Saved entries:

_ _ _

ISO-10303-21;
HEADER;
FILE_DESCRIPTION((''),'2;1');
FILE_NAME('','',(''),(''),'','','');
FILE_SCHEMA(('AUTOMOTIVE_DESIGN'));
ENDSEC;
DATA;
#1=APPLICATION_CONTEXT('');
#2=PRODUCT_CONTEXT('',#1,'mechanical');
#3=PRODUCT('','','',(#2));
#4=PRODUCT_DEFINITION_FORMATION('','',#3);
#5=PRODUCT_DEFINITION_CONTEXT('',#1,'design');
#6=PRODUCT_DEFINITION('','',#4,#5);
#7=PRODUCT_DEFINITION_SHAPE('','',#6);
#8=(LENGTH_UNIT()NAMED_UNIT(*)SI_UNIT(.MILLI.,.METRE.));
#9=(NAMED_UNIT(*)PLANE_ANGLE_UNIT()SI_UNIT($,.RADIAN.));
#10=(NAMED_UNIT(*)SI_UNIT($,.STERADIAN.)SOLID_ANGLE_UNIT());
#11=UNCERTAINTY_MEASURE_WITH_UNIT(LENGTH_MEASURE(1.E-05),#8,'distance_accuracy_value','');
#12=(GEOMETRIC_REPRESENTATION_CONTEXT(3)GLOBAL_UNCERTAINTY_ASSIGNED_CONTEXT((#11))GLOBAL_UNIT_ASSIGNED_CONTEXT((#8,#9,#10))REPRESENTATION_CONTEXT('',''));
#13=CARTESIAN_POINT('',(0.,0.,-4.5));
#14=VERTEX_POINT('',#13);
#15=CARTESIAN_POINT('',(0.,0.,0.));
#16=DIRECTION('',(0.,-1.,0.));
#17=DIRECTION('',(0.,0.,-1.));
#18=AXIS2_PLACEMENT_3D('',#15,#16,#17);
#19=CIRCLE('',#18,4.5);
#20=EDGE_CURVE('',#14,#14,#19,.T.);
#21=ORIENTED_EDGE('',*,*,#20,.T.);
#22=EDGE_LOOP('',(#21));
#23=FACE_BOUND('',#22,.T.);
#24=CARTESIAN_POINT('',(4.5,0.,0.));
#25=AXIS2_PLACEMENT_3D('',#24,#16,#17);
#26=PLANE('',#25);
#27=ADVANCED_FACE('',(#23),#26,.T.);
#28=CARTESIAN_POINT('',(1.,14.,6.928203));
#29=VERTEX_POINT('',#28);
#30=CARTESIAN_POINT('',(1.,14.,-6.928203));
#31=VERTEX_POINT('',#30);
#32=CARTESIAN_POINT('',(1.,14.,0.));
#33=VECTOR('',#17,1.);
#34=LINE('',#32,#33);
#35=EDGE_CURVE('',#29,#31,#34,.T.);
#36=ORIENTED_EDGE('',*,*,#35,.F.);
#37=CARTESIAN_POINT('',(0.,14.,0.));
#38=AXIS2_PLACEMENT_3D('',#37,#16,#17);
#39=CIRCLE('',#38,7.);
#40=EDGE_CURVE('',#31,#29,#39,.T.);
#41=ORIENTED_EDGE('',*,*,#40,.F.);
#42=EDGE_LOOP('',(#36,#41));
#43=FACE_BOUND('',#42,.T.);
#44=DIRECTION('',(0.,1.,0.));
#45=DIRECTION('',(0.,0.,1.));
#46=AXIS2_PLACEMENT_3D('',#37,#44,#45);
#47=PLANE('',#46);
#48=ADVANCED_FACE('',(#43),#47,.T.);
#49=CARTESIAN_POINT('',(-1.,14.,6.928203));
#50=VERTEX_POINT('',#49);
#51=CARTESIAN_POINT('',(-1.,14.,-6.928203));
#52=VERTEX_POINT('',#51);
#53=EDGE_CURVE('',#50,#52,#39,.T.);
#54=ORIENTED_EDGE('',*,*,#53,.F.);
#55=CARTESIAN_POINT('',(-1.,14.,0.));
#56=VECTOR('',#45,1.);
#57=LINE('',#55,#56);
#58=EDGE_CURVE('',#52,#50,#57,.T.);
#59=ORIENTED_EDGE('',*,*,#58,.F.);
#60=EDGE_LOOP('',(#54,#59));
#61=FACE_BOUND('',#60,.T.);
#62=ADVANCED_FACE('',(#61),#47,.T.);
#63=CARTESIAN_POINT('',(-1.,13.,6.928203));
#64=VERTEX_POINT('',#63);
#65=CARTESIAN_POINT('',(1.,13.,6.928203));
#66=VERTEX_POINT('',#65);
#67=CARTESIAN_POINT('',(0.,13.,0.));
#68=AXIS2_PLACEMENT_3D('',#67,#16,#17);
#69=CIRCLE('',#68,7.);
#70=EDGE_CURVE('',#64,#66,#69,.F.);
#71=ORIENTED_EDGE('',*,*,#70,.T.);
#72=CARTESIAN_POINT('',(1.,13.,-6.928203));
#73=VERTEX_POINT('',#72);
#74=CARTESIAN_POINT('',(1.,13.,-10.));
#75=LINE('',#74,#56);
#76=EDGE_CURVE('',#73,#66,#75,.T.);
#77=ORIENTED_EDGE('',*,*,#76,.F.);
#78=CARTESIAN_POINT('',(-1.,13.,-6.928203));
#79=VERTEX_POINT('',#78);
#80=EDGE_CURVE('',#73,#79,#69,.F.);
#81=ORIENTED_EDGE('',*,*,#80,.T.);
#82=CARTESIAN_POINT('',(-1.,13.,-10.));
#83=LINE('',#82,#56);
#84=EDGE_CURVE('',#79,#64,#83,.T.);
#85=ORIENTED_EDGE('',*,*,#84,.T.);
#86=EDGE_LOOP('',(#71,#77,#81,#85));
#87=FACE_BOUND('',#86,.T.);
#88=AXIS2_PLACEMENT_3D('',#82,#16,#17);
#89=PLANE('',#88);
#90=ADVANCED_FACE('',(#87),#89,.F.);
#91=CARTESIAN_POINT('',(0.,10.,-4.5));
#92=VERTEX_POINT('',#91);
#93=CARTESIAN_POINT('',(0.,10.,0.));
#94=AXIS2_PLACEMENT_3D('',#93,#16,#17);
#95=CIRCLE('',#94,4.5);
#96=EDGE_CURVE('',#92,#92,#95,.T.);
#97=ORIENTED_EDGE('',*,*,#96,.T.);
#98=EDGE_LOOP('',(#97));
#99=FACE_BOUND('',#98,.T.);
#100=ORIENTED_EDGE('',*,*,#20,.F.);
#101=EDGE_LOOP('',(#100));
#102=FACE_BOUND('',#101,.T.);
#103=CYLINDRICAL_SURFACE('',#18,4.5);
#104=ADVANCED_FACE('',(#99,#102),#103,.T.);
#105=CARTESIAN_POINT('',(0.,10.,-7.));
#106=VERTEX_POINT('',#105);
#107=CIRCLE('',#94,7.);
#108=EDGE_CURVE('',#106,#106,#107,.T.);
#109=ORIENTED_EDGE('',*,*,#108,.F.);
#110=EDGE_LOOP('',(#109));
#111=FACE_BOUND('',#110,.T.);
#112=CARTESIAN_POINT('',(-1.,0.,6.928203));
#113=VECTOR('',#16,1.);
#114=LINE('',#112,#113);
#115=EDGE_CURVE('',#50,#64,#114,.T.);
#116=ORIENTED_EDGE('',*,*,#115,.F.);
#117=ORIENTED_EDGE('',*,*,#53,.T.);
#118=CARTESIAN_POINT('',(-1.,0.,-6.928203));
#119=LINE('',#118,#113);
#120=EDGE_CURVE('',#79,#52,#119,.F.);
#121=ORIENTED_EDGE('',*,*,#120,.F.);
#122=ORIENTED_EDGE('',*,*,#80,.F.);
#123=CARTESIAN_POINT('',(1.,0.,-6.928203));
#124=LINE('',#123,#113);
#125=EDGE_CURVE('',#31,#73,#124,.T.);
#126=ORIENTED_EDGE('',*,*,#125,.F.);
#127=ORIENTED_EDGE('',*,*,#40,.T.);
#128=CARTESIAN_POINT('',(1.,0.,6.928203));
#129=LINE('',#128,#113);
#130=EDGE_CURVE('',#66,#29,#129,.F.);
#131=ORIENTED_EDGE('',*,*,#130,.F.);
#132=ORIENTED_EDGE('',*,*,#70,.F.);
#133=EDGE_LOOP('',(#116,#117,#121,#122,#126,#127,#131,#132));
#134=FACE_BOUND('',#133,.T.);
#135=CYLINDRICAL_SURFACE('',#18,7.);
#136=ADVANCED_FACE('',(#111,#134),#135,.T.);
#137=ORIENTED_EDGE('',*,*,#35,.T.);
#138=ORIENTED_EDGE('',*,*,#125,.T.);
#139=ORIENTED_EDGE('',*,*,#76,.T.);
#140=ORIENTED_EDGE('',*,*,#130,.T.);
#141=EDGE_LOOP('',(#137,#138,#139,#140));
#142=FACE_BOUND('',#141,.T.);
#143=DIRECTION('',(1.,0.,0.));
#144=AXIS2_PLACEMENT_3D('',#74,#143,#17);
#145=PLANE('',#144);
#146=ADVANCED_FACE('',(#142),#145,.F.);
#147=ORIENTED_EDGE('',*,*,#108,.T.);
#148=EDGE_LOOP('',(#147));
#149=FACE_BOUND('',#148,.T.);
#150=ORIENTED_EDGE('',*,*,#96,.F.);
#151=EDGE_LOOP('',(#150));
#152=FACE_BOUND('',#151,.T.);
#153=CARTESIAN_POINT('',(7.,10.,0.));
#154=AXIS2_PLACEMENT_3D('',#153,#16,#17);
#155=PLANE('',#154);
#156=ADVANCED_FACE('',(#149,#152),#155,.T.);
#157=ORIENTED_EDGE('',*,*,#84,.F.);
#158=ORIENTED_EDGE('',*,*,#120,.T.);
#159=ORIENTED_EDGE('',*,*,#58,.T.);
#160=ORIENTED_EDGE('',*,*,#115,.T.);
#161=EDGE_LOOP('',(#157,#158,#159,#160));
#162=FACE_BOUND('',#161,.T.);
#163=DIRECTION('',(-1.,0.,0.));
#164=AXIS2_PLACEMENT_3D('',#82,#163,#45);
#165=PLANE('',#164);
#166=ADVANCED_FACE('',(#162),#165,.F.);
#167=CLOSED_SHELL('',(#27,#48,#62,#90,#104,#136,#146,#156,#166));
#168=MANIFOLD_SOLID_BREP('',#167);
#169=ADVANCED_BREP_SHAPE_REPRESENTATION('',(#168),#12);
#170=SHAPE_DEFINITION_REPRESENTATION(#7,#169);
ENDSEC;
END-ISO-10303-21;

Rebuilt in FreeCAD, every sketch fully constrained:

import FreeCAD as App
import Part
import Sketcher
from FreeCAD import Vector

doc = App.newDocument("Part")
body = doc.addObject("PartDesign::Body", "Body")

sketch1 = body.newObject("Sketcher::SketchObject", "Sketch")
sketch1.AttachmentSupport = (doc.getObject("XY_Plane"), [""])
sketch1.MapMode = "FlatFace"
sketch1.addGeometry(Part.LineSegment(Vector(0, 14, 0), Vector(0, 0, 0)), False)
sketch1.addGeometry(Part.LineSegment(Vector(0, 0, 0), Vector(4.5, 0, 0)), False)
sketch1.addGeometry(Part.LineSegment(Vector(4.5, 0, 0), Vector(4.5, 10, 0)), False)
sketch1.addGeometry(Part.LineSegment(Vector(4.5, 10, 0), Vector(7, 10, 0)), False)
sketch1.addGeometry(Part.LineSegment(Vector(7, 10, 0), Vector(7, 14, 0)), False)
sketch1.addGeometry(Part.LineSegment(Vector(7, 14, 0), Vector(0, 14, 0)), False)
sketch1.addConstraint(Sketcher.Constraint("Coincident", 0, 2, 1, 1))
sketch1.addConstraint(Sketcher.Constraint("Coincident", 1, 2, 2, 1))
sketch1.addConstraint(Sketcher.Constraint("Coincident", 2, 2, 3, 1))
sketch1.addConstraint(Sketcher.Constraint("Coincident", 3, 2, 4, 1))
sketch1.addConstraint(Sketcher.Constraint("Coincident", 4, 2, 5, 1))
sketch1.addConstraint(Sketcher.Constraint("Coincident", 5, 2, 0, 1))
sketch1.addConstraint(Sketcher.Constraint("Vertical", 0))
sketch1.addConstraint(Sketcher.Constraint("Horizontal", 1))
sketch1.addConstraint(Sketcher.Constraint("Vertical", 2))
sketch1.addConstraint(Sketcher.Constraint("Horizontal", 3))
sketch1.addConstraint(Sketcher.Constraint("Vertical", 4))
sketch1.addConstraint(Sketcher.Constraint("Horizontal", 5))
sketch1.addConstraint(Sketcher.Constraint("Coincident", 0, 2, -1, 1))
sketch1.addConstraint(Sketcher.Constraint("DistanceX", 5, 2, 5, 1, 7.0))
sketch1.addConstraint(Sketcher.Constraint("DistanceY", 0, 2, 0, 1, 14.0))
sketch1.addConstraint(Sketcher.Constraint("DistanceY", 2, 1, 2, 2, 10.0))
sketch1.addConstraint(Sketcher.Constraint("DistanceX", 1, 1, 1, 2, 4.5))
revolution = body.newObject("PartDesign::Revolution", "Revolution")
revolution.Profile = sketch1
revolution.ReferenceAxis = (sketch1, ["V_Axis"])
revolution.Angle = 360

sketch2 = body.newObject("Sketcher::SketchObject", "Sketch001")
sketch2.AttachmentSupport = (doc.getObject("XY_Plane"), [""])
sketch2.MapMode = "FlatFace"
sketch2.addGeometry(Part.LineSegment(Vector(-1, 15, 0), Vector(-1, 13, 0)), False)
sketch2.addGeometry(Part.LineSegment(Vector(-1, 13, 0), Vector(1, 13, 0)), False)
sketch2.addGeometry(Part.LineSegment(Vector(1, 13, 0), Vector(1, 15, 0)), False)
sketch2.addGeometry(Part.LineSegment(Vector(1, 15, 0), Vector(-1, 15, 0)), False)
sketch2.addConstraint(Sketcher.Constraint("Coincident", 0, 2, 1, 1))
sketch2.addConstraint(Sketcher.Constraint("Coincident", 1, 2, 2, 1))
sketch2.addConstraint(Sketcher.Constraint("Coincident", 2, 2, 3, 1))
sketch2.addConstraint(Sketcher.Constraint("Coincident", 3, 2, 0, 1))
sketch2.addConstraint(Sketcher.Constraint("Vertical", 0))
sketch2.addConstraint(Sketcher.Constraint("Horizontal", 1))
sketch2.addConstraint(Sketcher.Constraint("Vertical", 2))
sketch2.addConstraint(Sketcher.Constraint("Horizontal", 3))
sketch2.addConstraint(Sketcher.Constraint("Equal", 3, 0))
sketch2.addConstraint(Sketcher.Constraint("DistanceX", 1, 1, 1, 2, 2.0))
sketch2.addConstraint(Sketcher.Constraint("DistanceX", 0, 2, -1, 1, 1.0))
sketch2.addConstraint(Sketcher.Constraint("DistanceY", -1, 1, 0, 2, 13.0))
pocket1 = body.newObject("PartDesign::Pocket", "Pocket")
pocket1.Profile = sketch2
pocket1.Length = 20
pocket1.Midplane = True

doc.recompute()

_ _ _

* [WHAT THE TASK ASKS]: Among the records, find each line where the word "DIRECTION" occurs, and copy it.

* [FINISHED TASK]:
#16=DIRECTION('',(0.,-1.,0.));
#17=DIRECTION('',(0.,0.,-1.));
#44=DIRECTION('',(0.,1.,0.));
#45=DIRECTION('',(0.,0.,1.));
#143=DIRECTION('',(1.,0.,0.));
#163=DIRECTION('',(-1.,0.,0.));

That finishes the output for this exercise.